Monte Carlo simulation of AEP uncertainty to derive P50 and P90 estimates.

Introduction

P50 is the AEP exceeded 50% of years. P90 is exceeded 90% of years — i.e. a pessimistic but bankable estimate. We derive these by propagating uncertainty sources through a Monte Carlo simulation.

import numpy as np
import matplotlib.pyplot as plt

rng = np.random.default_rng(0)
n_simulations = 10_000
p50_aep = 200.0  # GWh/yr (central estimate)

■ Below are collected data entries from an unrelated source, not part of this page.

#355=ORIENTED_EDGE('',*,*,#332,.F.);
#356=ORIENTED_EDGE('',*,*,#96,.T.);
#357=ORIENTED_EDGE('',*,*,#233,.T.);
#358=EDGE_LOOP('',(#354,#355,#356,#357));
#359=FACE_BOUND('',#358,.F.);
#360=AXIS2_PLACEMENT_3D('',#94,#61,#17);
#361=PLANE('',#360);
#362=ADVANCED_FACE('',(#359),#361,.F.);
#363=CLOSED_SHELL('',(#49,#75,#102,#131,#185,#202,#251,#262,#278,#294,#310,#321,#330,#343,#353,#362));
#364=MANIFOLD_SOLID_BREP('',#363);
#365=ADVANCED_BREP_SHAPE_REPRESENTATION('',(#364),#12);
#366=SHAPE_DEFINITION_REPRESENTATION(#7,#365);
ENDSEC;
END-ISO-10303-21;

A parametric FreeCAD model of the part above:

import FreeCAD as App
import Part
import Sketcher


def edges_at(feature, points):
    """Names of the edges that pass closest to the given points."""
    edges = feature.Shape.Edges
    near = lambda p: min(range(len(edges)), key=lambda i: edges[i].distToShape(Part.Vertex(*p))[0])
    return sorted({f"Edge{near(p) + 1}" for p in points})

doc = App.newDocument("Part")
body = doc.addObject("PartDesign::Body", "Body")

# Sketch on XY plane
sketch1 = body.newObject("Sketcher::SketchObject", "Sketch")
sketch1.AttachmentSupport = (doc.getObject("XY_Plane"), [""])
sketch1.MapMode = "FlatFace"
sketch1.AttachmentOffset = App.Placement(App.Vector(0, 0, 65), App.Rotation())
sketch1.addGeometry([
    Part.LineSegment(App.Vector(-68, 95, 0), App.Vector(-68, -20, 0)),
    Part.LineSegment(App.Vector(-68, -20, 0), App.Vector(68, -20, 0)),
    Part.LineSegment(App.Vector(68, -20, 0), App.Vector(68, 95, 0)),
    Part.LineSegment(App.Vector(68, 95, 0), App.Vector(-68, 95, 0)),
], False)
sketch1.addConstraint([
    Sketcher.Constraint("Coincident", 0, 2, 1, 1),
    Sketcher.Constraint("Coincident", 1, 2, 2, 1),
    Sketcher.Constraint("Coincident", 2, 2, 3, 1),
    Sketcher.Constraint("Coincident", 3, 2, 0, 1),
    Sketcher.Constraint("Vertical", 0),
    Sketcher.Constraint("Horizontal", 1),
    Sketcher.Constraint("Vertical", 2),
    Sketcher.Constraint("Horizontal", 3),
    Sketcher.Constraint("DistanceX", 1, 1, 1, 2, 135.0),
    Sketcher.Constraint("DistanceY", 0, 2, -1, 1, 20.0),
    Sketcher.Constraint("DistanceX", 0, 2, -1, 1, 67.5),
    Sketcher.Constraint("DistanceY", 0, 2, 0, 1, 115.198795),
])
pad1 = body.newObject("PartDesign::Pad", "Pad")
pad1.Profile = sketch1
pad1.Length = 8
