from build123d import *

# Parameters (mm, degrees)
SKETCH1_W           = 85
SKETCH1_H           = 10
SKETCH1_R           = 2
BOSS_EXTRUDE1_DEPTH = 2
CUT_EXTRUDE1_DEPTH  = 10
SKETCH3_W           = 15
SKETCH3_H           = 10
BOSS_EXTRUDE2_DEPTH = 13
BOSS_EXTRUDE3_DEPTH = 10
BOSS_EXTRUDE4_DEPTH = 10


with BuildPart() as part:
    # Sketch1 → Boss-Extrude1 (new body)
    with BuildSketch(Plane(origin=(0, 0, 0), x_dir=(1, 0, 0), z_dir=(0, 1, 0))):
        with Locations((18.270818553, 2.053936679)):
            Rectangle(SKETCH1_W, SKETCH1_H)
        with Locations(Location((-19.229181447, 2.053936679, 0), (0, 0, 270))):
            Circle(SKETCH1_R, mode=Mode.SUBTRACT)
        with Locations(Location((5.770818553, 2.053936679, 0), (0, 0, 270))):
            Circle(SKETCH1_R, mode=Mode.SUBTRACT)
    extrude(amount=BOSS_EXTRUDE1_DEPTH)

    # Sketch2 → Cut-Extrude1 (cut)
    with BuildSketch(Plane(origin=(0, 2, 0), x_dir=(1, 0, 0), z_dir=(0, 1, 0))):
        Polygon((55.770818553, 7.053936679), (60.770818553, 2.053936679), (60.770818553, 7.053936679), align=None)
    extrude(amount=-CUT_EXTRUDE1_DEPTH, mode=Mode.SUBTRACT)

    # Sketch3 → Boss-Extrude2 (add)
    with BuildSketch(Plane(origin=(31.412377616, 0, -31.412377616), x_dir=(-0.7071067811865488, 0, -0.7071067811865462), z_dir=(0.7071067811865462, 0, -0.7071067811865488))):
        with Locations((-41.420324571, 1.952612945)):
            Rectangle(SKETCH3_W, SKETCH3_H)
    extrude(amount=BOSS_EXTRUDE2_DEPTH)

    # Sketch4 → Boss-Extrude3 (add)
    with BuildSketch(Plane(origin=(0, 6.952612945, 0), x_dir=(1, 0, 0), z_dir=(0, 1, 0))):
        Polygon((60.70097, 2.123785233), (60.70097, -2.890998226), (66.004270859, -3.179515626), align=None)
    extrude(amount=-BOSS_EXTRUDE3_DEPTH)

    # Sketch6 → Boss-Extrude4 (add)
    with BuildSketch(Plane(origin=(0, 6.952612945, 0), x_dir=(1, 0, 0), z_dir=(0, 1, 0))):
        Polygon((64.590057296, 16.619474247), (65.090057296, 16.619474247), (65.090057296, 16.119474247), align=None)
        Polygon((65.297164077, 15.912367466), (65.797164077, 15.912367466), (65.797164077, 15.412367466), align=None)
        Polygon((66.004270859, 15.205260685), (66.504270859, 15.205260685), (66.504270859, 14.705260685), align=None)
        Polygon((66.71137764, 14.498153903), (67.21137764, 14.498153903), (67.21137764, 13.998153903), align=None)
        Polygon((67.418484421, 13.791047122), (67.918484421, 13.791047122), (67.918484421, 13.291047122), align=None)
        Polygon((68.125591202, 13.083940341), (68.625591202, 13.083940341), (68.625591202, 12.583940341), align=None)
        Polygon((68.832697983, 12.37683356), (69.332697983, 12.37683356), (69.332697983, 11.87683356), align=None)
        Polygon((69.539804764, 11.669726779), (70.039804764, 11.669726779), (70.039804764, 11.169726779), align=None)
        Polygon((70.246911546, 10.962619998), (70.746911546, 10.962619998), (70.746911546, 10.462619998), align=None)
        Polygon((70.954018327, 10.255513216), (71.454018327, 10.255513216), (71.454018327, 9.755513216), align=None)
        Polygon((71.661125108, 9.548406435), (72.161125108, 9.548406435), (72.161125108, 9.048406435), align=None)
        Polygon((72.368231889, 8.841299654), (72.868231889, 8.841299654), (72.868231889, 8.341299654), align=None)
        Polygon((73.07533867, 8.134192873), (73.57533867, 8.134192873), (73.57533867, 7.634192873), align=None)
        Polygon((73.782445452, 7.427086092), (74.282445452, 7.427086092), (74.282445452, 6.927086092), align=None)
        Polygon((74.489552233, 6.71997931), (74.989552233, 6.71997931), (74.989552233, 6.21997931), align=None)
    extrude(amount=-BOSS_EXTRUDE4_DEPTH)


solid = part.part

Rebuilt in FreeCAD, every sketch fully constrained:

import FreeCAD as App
import Part
import Sketcher

V = App.Vector
Q = App.Units.Quantity

doc = App.newDocument("Part")
params = doc.addObject("Spreadsheet::Sheet", "Params")
for row, (alias, value) in enumerate([
    ("sketch1_diameter", "4 mm"),
    ("sketch1_width", "85 mm"),
    ("sketch1_height", "10 mm"),
    ("pad1_length", "2 mm"),
    ("sketch2_width", "5 mm"),
    ("pocket1_length", "10 mm"),
    ("sketch3_width", "15 mm"),
    ("sketch3_height", "10 mm"),
    ("pad2_length", "13 mm"),
    ("sketch4_length", "7.5 mm"),
    ("pad3_length", "10 mm"),
    ("sketch5_width", "0.5 mm"),
    ("pad4_length", "10 mm"),
], start=1):
    params.set(f"A{row}", alias)
    params.set(f"B{row}", "=" + value)
    params.setAlias(f"B{row}", alias)

body = doc.addObject("PartDesign::Body", "Body")

sketch1 = doc.addObject("Sketcher::SketchObject", "Sketch")
body.addObject(sketch1)
sketch1.AttachmentSupport = (doc.XZ_Plane, [""])
sketch1.MapMode = "FlatFace"
sketch1.addGeometry([
    Part.LineSegment(V(-24.2, -7.1, 0), V(-24.2, 2.9, 0)),
    Part.LineSegment(V(-24.2, 2.9, 0), V(60.8, 2.9, 0)),
    Part.LineSegment(V(60.8, 2.9, 0), V(60.8, -7.1, 0)),
    Part.LineSegment(V(60.8, -7.1, 0), V(-24.2, -7.1, 0)),
    Part.Circle(V(-19.2, -2.1, 0), V(0, 0, 1), 2),
    Part.Circle(V(5.8, -2.1, 0), V(0, 0, 1), 2),
], False)
sketch1.addConstraint([
    Sketcher.Constraint("Coincident", 0, 2, 1, 1),
    Sketcher.Constraint("Coincident", 1, 2, 2, 1),
    Sketcher.Constraint("Coincident", 2, 2, 3, 1),
    Sketcher.Constraint("Coincident", 3, 2, 0, 1),
    Sketcher.Constraint("Vertical", 0),
    Sketcher.Constraint("Horizontal", 1),
    Sketcher.Constraint("Vertical", 2),
    Sketcher.Constraint("Horizontal", 3),
    Sketcher.Constraint("Equal", 4, 5),
    Sketcher.Constraint("Horizontal", 4, 3, 5, 3),
    Sketcher.Constraint("Diameter", 4, 4.0),
    Sketcher.Constraint("DistanceX", 1, 1, 1, 2, 85.0),
    Sketcher.Constraint("DistanceY", 0, 1, 0, 2, 10.0),
    Sketcher.Constraint("DistanceX", 4, 3, 5, 3, 25.0),
    Sketcher.Constraint("DistanceX", 0, 2, 4, 3, 5.0),
    Sketcher.Constraint("DistanceY", 4, 3, 0, 2, 5.0),
    Sketcher.Constraint("DistanceX", 4, 3, -1, 1, 19.229181),
    Sketcher.Constraint("DistanceY", 4, 3, -1, 1, 2.053937),
])
sketch1.setExpression("Constraints[10]", "Params.sketch1_diameter")
sketch1.setExpression("Constraints[11]", "Params.sketch1_width")
sketch1.setExpression("Constraints[12]", "Params.sketch1_height")
pad1 = doc.addObject("PartDesign::Pad", "Pad")
body.addObject(pad1)
pad1.Profile = sketch1
pad1.setExpression("Length", "Params.pad1_length")
pad1.Reversed = True

sketch2 = doc.addObject("Sketcher::SketchObject", "Sketch001")
body.addObject(sketch2)
sketch2.AttachmentSupport = (doc.XZ_Plane, [""])
sketch2.MapMode = "FlatFace"
sketch2.AttachmentOffset = App.Placement(V(0, 0, -2), App.Rotation())
sketch2.addGeometry([
    Part.LineSegment(V(56, -7, 0), V(61, -2, 0)),
    Part.LineSegment(V(61, -2, 0), V(61, -7, 0)),
    Part.LineSegment(V(61, -7, 0), V(56, -7, 0)),
], False)
sketch2.addConstraint([
    Sketcher.Constraint("Coincident", 0, 2, 1, 1),
    Sketcher.Constraint("Coincident", 1, 2, 2, 1),
    Sketcher.Constraint("Coincident", 2, 2, 0, 1),
    Sketcher.Constraint("Vertical", 1),
    Sketcher.Constraint("Horizontal", 2),
    Sketcher.Constraint("Equal", 2, 1),
    Sketcher.Constraint("DistanceX", 2, 2, 2, 1, 5.0),
    Sketcher.Constraint("DistanceX", -1, 1, 0, 2, 60.770819),
    Sketcher.Constraint("DistanceY", 0, 2, -1, 1, 2.053937),
])
sketch2.setExpression("Constraints[6]", "Params.sketch2_width")
pocket1 = doc.addObject("PartDesign::Pocket", "Pocket")
body.addObject(pocket1)
pocket1.Profile = sketch2
pocket1.setExpression("Length", "Params.pocket1_length")
pocket1.Reversed = True

sketch3 = doc.addObject("Sketcher::SketchObject", "Sketch002")
body.addObject(sketch3)
sketch3.Placement = App.Placement(V(31.412378, 0, -31.412378), App.Rotation(V(-0.707106781, 0, -0.707106781), V(0, 0.999999999, 0), V(0.707106781, 0, -0.707106781), "ZXY"))
sketch3.addGeometry([
    Part.LineSegment(V(-49, 7, 0), V(-49, -3, 0)),
    Part.LineSegment(V(-49, -3, 0), V(-34, -3, 0)),
    Part.LineSegment(V(-34, -3, 0), V(-34, 7, 0)),
    Part.LineSegment(V(-34, 7, 0), V(-49, 7, 0)),
], False)
sketch3.addConstraint([
    Sketcher.Constraint("Coincident", 0, 2, 1, 1),
    Sketcher.Constraint("Coincident", 1, 2, 2, 1),
    Sketcher.Constraint("Coincident", 2, 2, 3, 1),
    Sketcher.Constraint("Coincident", 3, 2, 0, 1),
    Sketcher.Constraint("Vertical", 0),
    Sketcher.Constraint("Horizontal", 1),
    Sketcher.Constraint("Vertical", 2),
    Sketcher.Constraint("Horizontal", 3),
    Sketcher.Constraint("DistanceX", 1, 1, 1, 2, 15.0),
    Sketcher.Constraint("DistanceY", 0, 2, 0, 1, 10.0),
    Sketcher.Constraint("DistanceX", 0, 2, -1, 1, 48.920325),
    Sketcher.Constraint("DistanceY", 0, 2, -1, 1, 3.047387),
])
sketch3.setExpression("Constraints[8]", "Params.sketch3_width")
sketch3.setExpression("Constraints[9]", "Params.sketch3_height")
pad2 = doc.addObject("PartDesign::Pad", "Pad001")
body.addObject(pad2)
pad2.Profile = sketch3
pad2.setExpression("Length", "Params.pad2_length")

sketch4 = doc.addObject("Sketcher::SketchObject", "Sketch003")
body.addObject(sketch4)
sketch4.AttachmentSupport = (doc.XZ_Plane, [""])
sketch4.MapMode = "FlatFace"
sketch4.AttachmentOffset = App.Placement(V(0, 0, -6.952613), App.Rotation())
sketch4.addGeometry([
    Part.LineSegment(V(61, -2, 0), V(61, 3, 0)),
    Part.LineSegment(V(61, 3, 0), V(66, 3, 0)),
    Part.LineSegment(V(66, 3, 0), V(61, -2, 0)),
], False)
sketch4.addConstraint([
    Sketcher.Constraint("Coincident", 0, 2, 1, 1),
    Sketcher.Constraint("Coincident", 1, 2, 2, 1),
    Sketcher.Constraint("Coincident", 2, 2, 0, 1),
    Sketcher.Constraint("Vertical", 0),
    Sketcher.Constraint("Angle", 2, Q("-135 deg")),
    Sketcher.Constraint("Distance", 2, 7.5),
    Sketcher.Constraint("DistanceY", -1, 1, 0, 2, 2.890998),
    Sketcher.Constraint("DistanceY", 0, 1, 0, 2, 5.014783),
    Sketcher.Constraint("DistanceX", -1, 1, 0, 2, 60.70097),
])
sketch4.setExpression("Constraints[5]", "Params.sketch4_length")
pad3 = doc.addObject("PartDesign::Pad", "Pad002")
body.addObject(pad3)
pad3.Profile = sketch4
pad3.setExpression("Length", "Params.pad3_length")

# Uncertainty sources (all log-normal, combined in quadrature)
sigma_wind     = 0.06  # 6% wind resource uncertainty
sigma_wake     = 0.03  # 3% wake model uncertainty
sigma_avail    = 0.02  # 2% availability uncertainty
sigma_total    = np.sqrt(sigma_wind**2 + sigma_wake**2 + sigma_avail**2)

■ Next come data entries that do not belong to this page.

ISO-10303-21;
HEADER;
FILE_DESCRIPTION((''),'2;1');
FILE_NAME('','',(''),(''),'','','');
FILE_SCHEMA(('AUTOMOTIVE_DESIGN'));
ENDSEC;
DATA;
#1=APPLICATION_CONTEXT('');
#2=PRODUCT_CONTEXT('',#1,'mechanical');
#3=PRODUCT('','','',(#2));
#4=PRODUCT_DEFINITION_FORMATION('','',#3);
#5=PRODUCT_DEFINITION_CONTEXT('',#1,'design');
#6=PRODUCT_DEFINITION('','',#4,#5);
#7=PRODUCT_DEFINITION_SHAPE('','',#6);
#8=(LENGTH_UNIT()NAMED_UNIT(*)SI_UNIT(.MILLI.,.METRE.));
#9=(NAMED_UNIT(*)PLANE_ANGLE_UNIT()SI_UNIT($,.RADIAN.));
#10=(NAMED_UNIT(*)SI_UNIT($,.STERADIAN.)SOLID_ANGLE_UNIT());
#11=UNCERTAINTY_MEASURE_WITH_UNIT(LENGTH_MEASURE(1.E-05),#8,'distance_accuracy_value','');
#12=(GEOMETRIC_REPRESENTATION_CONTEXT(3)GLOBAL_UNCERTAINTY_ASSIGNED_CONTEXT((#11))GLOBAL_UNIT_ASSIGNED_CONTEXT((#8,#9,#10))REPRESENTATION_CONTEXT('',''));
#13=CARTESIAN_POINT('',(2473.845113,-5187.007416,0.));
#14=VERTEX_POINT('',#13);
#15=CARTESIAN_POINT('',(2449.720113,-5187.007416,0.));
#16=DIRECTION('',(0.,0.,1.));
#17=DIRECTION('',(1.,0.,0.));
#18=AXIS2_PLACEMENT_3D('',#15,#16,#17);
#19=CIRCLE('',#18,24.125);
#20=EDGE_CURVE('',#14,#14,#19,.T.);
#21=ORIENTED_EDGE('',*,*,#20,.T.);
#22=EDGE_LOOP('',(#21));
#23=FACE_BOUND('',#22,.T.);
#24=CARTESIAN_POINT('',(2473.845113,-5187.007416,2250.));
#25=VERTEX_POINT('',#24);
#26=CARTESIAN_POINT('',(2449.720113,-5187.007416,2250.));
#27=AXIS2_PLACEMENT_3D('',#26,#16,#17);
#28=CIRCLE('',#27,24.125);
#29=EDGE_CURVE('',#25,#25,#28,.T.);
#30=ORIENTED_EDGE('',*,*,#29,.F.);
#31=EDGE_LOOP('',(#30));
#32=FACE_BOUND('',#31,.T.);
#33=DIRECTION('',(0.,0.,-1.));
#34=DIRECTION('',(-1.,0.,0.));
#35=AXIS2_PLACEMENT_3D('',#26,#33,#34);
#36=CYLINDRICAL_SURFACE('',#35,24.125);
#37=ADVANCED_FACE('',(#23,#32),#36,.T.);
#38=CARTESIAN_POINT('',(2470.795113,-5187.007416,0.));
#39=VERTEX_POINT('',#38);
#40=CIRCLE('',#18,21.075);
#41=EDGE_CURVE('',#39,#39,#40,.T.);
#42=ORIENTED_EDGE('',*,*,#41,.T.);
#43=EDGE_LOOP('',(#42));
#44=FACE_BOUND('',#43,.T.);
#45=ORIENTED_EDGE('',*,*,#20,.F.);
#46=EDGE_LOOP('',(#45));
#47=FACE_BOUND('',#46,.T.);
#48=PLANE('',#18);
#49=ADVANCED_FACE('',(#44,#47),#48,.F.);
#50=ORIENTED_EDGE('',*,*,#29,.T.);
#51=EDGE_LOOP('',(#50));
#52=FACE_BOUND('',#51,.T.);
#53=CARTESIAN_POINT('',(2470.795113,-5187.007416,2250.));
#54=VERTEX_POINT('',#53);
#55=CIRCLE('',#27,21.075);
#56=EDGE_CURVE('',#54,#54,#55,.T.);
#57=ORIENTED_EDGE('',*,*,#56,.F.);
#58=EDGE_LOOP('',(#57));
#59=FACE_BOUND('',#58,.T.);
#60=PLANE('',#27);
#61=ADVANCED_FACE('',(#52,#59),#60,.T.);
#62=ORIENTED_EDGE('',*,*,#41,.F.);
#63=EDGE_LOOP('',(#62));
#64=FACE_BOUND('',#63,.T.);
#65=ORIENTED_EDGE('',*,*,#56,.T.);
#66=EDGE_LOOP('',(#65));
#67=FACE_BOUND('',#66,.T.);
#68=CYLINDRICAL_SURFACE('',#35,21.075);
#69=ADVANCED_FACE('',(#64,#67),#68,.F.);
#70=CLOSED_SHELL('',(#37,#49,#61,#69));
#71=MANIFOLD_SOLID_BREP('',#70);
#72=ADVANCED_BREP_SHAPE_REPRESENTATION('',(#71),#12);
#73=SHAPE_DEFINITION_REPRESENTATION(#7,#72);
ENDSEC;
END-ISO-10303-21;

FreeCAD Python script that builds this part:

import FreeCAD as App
import Part
import Sketcher

V = App.Vector
Q = App.Units.Quantity

doc = App.newDocument("Part")
body = doc.addObject("PartDesign::Body", "Body")

# Sketch on XY plane
sketch1 = body.newObject("Sketcher::SketchObject", "Sketch")
sketch1.AttachmentSupport = (doc.getObject("XY_Plane"), [""])
sketch1.MapMode = "FlatFace"
sketch1.addGeometry([
    Part.Circle(V(2449.720113, -5187.007416, 0), V(0, 0, 1), 24.125),
    Part.Circle(V(2449.720113, -5187.007416, 0), V(0, 0, 1), 21.075),
], False)
sketch1.addConstraint([
    Sketcher.Constraint("Coincident", 1, 3, 0, 3),
    Sketcher.Constraint("Diameter", 0, Q("48.25 mm")),
    Sketcher.Constraint("Diameter", 1, Q("42.15 mm")),
    Sketcher.Constraint("DistanceX", -1, 1, 0, 3, Q("2449.720113 mm")),
    Sketcher.Constraint("DistanceY", 0, 3, -1, 1, Q("5187.007416 mm")),
])
pad1 = body.newObject("PartDesign::Pad", "Pad")
pad1.Profile = sketch1
pad1.Length = 2250

doc.recompute()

aep_samples = p50_aep * np.exp(rng.normal(0, sigma_total, n_simulations))

p50 = np.percentile(aep_samples, 50)
p90 = np.percentile(aep_samples, 10)  # exceeded 90% of the time

print(f'P50 AEP: {p50:.1f} GWh/yr')
print(f'P90 AEP: {p90:.1f} GWh/yr')
print(f'P90/P50 ratio: {p90/p50:.3f}')

fig, ax = plt.subplots(figsize=(8, 4))
ax.hist(aep_samples, bins=60, density=True, alpha=0.6)
ax.axvline(p50, color='#a43e85', lw=2, label=f'P50 = {p50:.0f} GWh')
ax.axvline(p90, color='#edbe4f', lw=2, label=f'P90 = {p90:.0f} GWh')
ax.set_xlabel('AEP (GWh/yr)')
ax.legend()
plt.tight_layout()

Conclusion

With combined uncertainty σ ≈ 7%, the P90/P50 ratio is roughly 0.91. Lenders typically require P90 AEP for debt sizing — understanding this ratio is critical for project financing.